С. М. Нет, не пороли.
H. М. А почему ты меня порол тогда?
С. М. А я тебя тоже не порол.
H. М. Как это не порол? Как это не порол? Что это вы тут такое рассказываете, Сергей Владимирович? Вот ваше письмо: «Занят я тут очень с Никитой. С ним вот гораздо труднее, чем с Андреем, – живости непомерной мальчик, драчун и лентяй. За ним нужен все время глаз и глаз. Подрался он с Сашей Егоровым, причем неизвестно еще, кто первый начал. Ну и не стал думать – взял да и выдрал его…» Это я помню на своей, так сказать, попе.
С. М. Ну…
H. М. Нет, я без претензий, я не жалуюсь.
С. М. Да я понимаю… Я этого не помню, во-первых, а во-вторых, таких наказаний, какие описаны вообще у наших классиков, что там раздевали, снимали штаны, драли ремнем до крови… я говорю – этого не было.
H. М. Нет, ну у нас… с нашим классиком это было, с тобой то есть. Ты с меня снял штаны и меня выдрал.
С. М. Да нет, ну это все… это все домашние дела такие…
Он сказал – «домашние дела». Это значит, что он не хочет об этом говорить. Но вот именно об этих-то домашних делах мне и хотелось с ним разговаривать. Но отец не давался. Эта его долгая жизнь на людях, причем на людях разных и в разные времена, научила его создавать некий образ – и детского поэта, и общественного деятеля, лауреата множества премий, автора гимна, руководителя Союза писателей в течение двадцати лет, Героя Социалистического Труда, – и понять, где проходит эта граница между тем Михалковым, которого мы с мамой и братом вместе со всеми наблюдали из зала, когда он стоял на сцене или на трибуне, и тем веселым, смешливым человеком, который писал замечательные, легкие стихи, – понять, где же проходит эта граница, было чрезвычайно трудно. Этот панцирь, который защищал его от внешних сил, за которым он прятал свои эмоции, мысли, чувства – а вернее всего, я так думаю, свой талант, – существовал не только для тех, кто был вне семьи, вне нашего дома, но порой и для нас, для нас для всех. Меня самого удивляло, что я никогда об этом раньше не думал. И тогда я решил спросить у наших детей, его внуков, – может быть, он им приоткрылся больше, чем нам? Может быть, они знают его лучше?
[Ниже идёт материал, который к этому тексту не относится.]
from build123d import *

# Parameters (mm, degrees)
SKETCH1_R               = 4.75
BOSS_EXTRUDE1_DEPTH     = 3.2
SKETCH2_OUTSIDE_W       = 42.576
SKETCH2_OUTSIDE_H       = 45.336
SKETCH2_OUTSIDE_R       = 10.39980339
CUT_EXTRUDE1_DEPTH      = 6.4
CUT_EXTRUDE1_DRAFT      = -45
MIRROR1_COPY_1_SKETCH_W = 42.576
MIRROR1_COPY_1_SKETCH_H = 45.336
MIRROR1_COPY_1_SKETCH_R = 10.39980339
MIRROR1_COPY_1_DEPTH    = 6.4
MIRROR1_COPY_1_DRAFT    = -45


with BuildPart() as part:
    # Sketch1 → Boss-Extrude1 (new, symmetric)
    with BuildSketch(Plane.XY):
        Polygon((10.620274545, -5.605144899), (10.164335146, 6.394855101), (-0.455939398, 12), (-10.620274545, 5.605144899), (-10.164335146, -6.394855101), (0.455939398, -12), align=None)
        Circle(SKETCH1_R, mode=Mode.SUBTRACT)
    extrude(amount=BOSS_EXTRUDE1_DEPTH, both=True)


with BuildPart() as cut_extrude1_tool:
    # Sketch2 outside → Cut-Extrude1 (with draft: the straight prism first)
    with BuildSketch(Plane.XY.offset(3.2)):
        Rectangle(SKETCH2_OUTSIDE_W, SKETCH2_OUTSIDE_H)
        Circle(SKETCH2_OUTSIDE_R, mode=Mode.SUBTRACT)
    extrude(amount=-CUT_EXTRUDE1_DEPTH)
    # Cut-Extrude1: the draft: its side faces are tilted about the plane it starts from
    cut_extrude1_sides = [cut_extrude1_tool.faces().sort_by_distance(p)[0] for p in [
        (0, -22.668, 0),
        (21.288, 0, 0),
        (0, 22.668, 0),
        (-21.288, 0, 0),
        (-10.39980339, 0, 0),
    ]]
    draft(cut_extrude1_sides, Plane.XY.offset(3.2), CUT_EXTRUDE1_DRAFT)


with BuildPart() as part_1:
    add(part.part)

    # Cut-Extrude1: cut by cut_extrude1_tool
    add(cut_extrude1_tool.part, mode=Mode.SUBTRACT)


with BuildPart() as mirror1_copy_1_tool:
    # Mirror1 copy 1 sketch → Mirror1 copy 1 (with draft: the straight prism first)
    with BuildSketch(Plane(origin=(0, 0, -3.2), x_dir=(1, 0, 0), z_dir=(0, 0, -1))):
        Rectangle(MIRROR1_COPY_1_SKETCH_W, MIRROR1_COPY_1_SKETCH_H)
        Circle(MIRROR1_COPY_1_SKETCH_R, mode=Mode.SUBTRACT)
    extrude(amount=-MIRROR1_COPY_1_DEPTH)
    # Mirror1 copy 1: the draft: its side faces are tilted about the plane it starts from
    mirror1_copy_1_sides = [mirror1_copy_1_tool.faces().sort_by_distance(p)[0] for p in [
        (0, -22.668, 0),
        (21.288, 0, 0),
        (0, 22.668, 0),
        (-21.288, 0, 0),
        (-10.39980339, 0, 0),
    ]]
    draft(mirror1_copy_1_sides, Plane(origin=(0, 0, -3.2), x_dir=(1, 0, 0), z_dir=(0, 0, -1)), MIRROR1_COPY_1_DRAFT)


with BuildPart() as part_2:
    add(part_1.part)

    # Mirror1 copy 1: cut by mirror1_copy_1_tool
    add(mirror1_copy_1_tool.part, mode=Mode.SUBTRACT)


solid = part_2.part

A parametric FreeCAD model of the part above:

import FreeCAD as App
import Part
import Sketcher
from FreeCAD import Vector


def faces_at(feature, points):
    """Names of the faces that lie closest to the given points."""
    faces = feature.Shape.Faces
    near = lambda p: min(range(len(faces)), key=lambda i: faces[i].distToShape(Part.Vertex(*p))[0])
    return sorted({f"Face{near(p) + 1}" for p in points})


def add_polygon(sketch, points):
    """Adds a closed chain of lines whose ends are joined by coincident constraints."""
    first, n = sketch.GeometryCount, len(points)
    for a, b in zip(points, points[1:] + points[:1]):
        sketch.addGeometry(Part.LineSegment(App.Vector(*a, 0), App.Vector(*b, 0)), False)
    for i in range(n):
        sketch.addConstraint(Sketcher.Constraint("Coincident", first + i, 2, first + (i + 1) % n, 1))

doc = App.newDocument("Part")
params = doc.addObject("Spreadsheet::Sheet", "Params")
for row, (alias, value) in enumerate([
    ("sketch1_diameter", "9.5 mm"),
    ("pad1_length", "6.4 mm"),
    ("pad2_length", "6.4 mm"),
    ("draft_angle", "45 deg"),
    ("pad3_length", "6.4 mm"),
    ("draft2_angle", "45 deg"),
], start=1):
    params.set(f"A{row}", alias)
    params.set(f"B{row}", "=" + value)
    params.setAlias(f"B{row}", alias)

body = doc.addObject("PartDesign::Body", "Body")

# Sketch on XY plane
sketch1 = body.newObject("Sketcher::SketchObject", "Sketch")
sketch1.AttachmentSupport = (doc.getObject("XY_Plane"), [""])
sketch1.MapMode = "FlatFace"
add_polygon(sketch1, [(10.6, -5.6), (10.2, 6.4), (-0.5, 12), (-10.6, 5.6), (-10.2, -6.4), (0.5, -12)])  # lines 0-5
sketch1.addGeometry(Part.Circle(Vector(0, 0, 0), Vector(0, 0, 1), 4.8), False)  # 6
sketch1.addConstraint(Sketcher.Constraint("Coincident", 6, 3, -1, 1))
sketch1.addConstraint(Sketcher.Constraint("Symmetric", 0, 2, 3, 2, -1, 1))
sketch1.addConstraint(Sketcher.Constraint("Symmetric", 1, 2, 4, 2, -1, 1))
sketch1.addConstraint(Sketcher.Constraint("Symmetric", 2, 2, 5, 2, -1, 1))
sketch1.addConstraint(Sketcher.Constraint("Equal", 0, 1))
sketch1.addConstraint(Sketcher.Constraint("Equal", 1, 2))
sketch1.addConstraint(Sketcher.Constraint("Diameter", 6, 9.5))
sketch1.addConstraint(Sketcher.Constraint("DistanceY", -1, 1, 1, 2, 12.0))
sketch1.addConstraint(Sketcher.Constraint("DistanceY", 3, 2, 2, 2, 12.0))
sketch1.addConstraint(Sketcher.Constraint("Distance", 0, 12.008659))
sketch1.addConstraint(Sketcher.Constraint("DistanceX", 1, 2, -1, 1, 0.455939))
sketch1.setExpression("Constraints[12]", "Params.sketch1_diameter")
pad1 = body.newObject("PartDesign::Pad", "Pad")
pad1.Profile = sketch1
pad1.setExpression("Length", "Params.pad1_length")
pad1.Midplane = True
body2 = doc.addObject("PartDesign::Body", "Body001")

# Sketch on XY plane
sketch2 = body2.newObject("Sketcher::SketchObject", "Sketch001")
sketch2.AttachmentSupport = (doc.getObject("XY_Plane001"), [""])
sketch2.MapMode = "FlatFace"
sketch2.AttachmentOffset = App.Placement(Vector(0, 0, 3.2), App.Rotation())
add_polygon(sketch2, [(-21, 23), (-21, -23), (21, -23), (21, 23)])  # lines 0-3
sketch2.addGeometry(Part.Circle(Vector(0, 0, 0), Vector(0, 0, 1), 10), False)  # 4
sketch2.addConstraint(Sketcher.Constraint("Vertical", 0))
sketch2.addConstraint(Sketcher.Constraint("Horizontal", 1))
sketch2.addConstraint(Sketcher.Constraint("Vertical", 2))
sketch2.addConstraint(Sketcher.Constraint("Horizontal", 3))
sketch2.addConstraint(Sketcher.Constraint("Coincident", 4, 3, -1, 1))
sketch2.addConstraint(Sketcher.Constraint("Symmetric", 0, 2, 2, 2, -1, 1))
sketch2.addConstraint(Sketcher.Constraint("DistanceX", 1, 1, 1, 2, 42.576))
sketch2.addConstraint(Sketcher.Constraint("DistanceY", 0, 2, 0, 1, 45.336))
sketch2.addConstraint(Sketcher.Constraint("Diameter", 4, 20.799607))
pad2 = body2.newObject("PartDesign::Pad", "Pad001")
pad2.Profile = sketch2
pad2.setExpression("Length", "Params.pad2_length")
pad2.Reversed = True
doc.recompute()

datumplane = body2.newObject("PartDesign::Plane", "DatumPlane")
datumplane.AttachmentSupport = (doc.getObject("XY_Plane001"), [""])
datumplane.MapMode = "FlatFace"
datumplane.AttachmentOffset = App.Placement(Vector(0, 0, 3.2), App.Rotation())
draft = body2.newObject("PartDesign::Draft", "Draft")
draft.Base = (pad2, faces_at(pad2, [
    (0, -22.668, 0),
    (21.288, 0, 0),
    (0, 22.668, 0),
    (-21.288, 0, 0),
    (-10.4, 0, 0),
]))
draft.NeutralPlane = (datumplane, [""])
draft.setExpression("Angle", "Params.draft_angle")
draft.Reversed = True
doc.recompute()

boolean = body.newObject("PartDesign::Boolean", "Boolean")
boolean.Type = "Cut"
boolean.addObjects([body2])
body3 = doc.addObject("PartDesign::Body", "Body002")

# Sketch on XY plane
sketch3 = body3.newObject("Sketcher::SketchObject", "Sketch002")
sketch3.AttachmentSupport = (doc.getObject("XY_Plane002"), [""])
sketch3.MapMode = "FlatFace"
sketch3.AttachmentOffset = App.Placement(Vector(0, 0, -3.2), App.Rotation())
add_polygon(sketch3, [(-21, -23), (-21, 23), (21, 23), (21, -23)])  # lines 0-3
sketch3.addGeometry(Part.Circle(Vector(0, 0, 0), Vector(0, 0, 1), 10), False)  # 4
sketch3.addConstraint(Sketcher.Constraint("Vertical", 0))
sketch3.addConstraint(Sketcher.Constraint("Horizontal", 1))
sketch3.addConstraint(Sketcher.Constraint("Vertical", 2))
sketch3.addConstraint(Sketcher.Constraint("Horizontal", 3))
sketch3.addConstraint(Sketcher.Constraint("Coincident", 4, 3, -1, 1))
sketch3.addConstraint(Sketcher.Constraint("Symmetric", 0, 2, 2, 2, -1, 1))
sketch3.addConstraint(Sketcher.Constraint("DistanceX", 1, 1, 1, 2, 42.576))
sketch3.addConstraint(Sketcher.Constraint("DistanceY", 0, 1, 0, 2, 45.336))
sketch3.addConstraint(Sketcher.Constraint("Diameter", 4, 20.799607))
pad3 = body3.newObject("PartDesign::Pad", "Pad002")
pad3.Profile = sketch3
pad3.setExpression("Length", "Params.pad3_length")
doc.recompute()

datumplane2 = body3.newObject("PartDesign::Plane", "DatumPlane001")
datumplane2.AttachmentSupport = (doc.getObject("XY_Plane002"), [""])
datumplane2.MapMode = "FlatFace"
datumplane2.AttachmentOffset = App.Placement(Vector(0, 0, -3.2), App.Rotation())
draft2 = body3.newObject("PartDesign::Draft", "Draft001")
draft2.Base = (pad3, faces_at(pad3, [
    (0, -22.668, 0),
    (21.288, 0, 0),
    (0, 22.668, 0),
    (-21.288, 0, 0),
    (-10.4, 0, 0),
]))
draft2.NeutralPlane = (datumplane2, [""])
draft2.setExpression("Angle", "Params.draft2_angle")
draft2.Reversed = False
doc.recompute()

boolean2 = body.newObject("PartDesign::Boolean", "Boolean001")
boolean2.Type = "Cut"
boolean2.addObjects([body3])

doc.recompute()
СТЕПАН. Я не могу вспомнить какой-то его со мной серьезный разговор или какой-то его поступок. Он как-то присутствовал всегда, и это давало такое состояние покоя и семьи…
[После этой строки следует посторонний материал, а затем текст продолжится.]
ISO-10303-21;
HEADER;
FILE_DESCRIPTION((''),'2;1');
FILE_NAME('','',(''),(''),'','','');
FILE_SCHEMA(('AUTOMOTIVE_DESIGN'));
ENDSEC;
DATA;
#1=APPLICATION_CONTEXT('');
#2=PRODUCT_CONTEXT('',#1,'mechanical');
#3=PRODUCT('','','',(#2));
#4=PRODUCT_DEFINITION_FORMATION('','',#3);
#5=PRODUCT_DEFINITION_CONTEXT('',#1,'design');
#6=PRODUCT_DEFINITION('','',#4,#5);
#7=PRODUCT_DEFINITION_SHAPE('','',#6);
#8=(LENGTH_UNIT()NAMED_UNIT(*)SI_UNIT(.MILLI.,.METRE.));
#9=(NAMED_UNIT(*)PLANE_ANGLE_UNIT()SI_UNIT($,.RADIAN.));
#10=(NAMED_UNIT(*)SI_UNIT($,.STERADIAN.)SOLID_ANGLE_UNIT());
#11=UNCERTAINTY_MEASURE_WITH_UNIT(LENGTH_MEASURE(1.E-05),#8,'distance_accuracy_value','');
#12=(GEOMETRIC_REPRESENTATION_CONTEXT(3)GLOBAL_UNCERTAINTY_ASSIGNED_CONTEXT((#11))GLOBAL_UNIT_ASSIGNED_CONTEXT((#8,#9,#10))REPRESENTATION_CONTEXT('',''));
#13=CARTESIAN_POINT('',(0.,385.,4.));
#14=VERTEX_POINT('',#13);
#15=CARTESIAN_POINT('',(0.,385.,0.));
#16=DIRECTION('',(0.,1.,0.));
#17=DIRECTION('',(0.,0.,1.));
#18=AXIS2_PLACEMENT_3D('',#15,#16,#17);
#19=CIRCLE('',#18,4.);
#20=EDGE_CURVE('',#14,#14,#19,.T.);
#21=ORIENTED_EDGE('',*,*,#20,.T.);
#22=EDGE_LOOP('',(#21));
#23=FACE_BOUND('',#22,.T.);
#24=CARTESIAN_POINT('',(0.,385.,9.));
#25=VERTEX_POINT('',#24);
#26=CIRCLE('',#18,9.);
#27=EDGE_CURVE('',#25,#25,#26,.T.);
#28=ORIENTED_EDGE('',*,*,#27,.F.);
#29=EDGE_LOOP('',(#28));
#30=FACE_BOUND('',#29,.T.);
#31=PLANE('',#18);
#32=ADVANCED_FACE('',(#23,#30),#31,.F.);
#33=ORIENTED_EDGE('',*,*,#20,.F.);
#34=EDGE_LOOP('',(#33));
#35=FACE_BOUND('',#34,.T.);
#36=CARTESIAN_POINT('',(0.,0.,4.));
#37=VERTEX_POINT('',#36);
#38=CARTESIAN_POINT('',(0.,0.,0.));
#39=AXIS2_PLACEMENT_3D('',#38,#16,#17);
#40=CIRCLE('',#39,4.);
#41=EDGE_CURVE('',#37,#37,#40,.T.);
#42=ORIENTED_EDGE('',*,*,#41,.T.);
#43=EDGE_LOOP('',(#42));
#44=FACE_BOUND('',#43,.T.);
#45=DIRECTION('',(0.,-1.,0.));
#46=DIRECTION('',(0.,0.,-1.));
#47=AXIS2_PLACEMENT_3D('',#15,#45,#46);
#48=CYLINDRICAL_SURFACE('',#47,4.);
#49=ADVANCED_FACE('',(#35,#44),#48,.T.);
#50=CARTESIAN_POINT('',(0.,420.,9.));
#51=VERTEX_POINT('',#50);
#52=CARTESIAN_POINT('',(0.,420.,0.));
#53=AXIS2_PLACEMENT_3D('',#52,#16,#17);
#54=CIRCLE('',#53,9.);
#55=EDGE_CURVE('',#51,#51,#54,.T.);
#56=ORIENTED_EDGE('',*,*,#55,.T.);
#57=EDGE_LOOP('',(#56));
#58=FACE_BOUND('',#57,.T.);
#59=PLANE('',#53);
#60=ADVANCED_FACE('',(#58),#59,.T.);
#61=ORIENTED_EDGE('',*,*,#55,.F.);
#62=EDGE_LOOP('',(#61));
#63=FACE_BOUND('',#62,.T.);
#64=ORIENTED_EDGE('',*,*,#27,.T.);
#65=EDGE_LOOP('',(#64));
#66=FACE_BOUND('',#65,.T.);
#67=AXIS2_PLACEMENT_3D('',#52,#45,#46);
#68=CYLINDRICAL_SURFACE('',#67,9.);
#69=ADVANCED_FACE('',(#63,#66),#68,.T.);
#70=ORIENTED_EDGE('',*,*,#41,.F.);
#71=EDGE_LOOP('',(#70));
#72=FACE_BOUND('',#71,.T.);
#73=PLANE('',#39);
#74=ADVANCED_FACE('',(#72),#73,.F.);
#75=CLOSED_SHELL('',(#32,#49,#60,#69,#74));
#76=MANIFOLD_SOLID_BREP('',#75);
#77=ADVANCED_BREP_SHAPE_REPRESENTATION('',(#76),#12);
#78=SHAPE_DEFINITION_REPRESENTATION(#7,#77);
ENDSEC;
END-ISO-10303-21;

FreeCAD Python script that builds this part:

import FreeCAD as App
import Part
import Sketcher

V = App.Vector

doc = App.newDocument("Part")
body = doc.addObject("PartDesign::Body", "Body")

sketch1 = body.newObject("Sketcher::SketchObject", "Sketch")
sketch1.AttachmentSupport = (doc.getObject("XZ_Plane"), [""])
sketch1.MapMode = "FlatFace"
sketch1.addGeometry(Part.Circle(V(0, 0, 0), V(0, 0, 1), 4), False)
sketch1.addConstraint([
    Sketcher.Constraint("Coincident", 0, 3, -1, 1),
    Sketcher.Constraint("Diameter", 0, 8.0),
])
pad1 = body.newObject("PartDesign::Pad", "Pad")
pad1.Profile = sketch1
pad1.Length = 385
pad1.Reversed = True

sketch2 = body.newObject("Sketcher::SketchObject", "Sketch001")
sketch2.AttachmentSupport = (doc.getObject("XZ_Plane"), [""])
sketch2.MapMode = "FlatFace"
sketch2.AttachmentOffset = App.Placement(V(0, 0, -385), App.Rotation())
sketch2.addGeometry(Part.Circle(V(0, 0, 0), V(0, 0, 1), 9), False)
sketch2.addConstraint([
    Sketcher.Constraint("Coincident", 0, 3, -1, 1),
    Sketcher.Constraint("Diameter", 0, 18.0),
])
pad2 = body.newObject("PartDesign::Pad", "Pad001")
pad2.Profile = sketch2
pad2.Length = 35
pad2.Reversed = True

doc.recompute()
НАДЕЖДА. Действительно, да, когда спрашивают у меня… там… я не знаю… вот твой дедушка написал гимн, а какой он? Я говорю – я не знаю. Говорят: как же ты не знаешь? Почему? Я им говорю: потому что мне кажется, что Дадочку узнать полностью невозможно.
АННА. Очень глубокий человек, очень глубокий… Я думаю, что его по-настоящему не знает никто, по крайней мере из нас, внуков. Мы видим только небольшую часть этого айсберга, и… потому что он никогда не любит рассказывать о себе, всегда говорит, что то, что надо было, я уже, мол, написал.
АРТЕМ. Егор и Степа… нет, особенно Егор – он с дедом очень близок, как никто другой, общается намного ближе, чем я… чем я, и даже, наверное, чем Степан.
ЕГОР. Если о базовых качествах говорить, то у меня такое ощущение, что он всегда был очень честным и достаточно чистым… Вообще мне кажется, что человек с недостаточно чистой душой не сможет писать детские стихи такого качества и такого обаяния. Сколько поколений выросло на его стихах, и сколько их еще будет!
Что за шум? Кого так радостно приветствуют ребята? Это детский писатель Сергей Михалков в гостях у московских школьников.
Я моего отца таким, каким вы видите его в киножурнале «Пионерия», не видел никогда. Но именно таким был его образ для основного населения всего Советского Союза, и он хотел быть именно таким для всех.
Молодой любимец детей и вождей, да еще с орденом Ленина – высшей наградой страны на лацкане пиджака, – и это в двадцать-то шесть лет! Я попытался представить себя в двадцать шесть лет с орденом Ленина на груди – не получилось.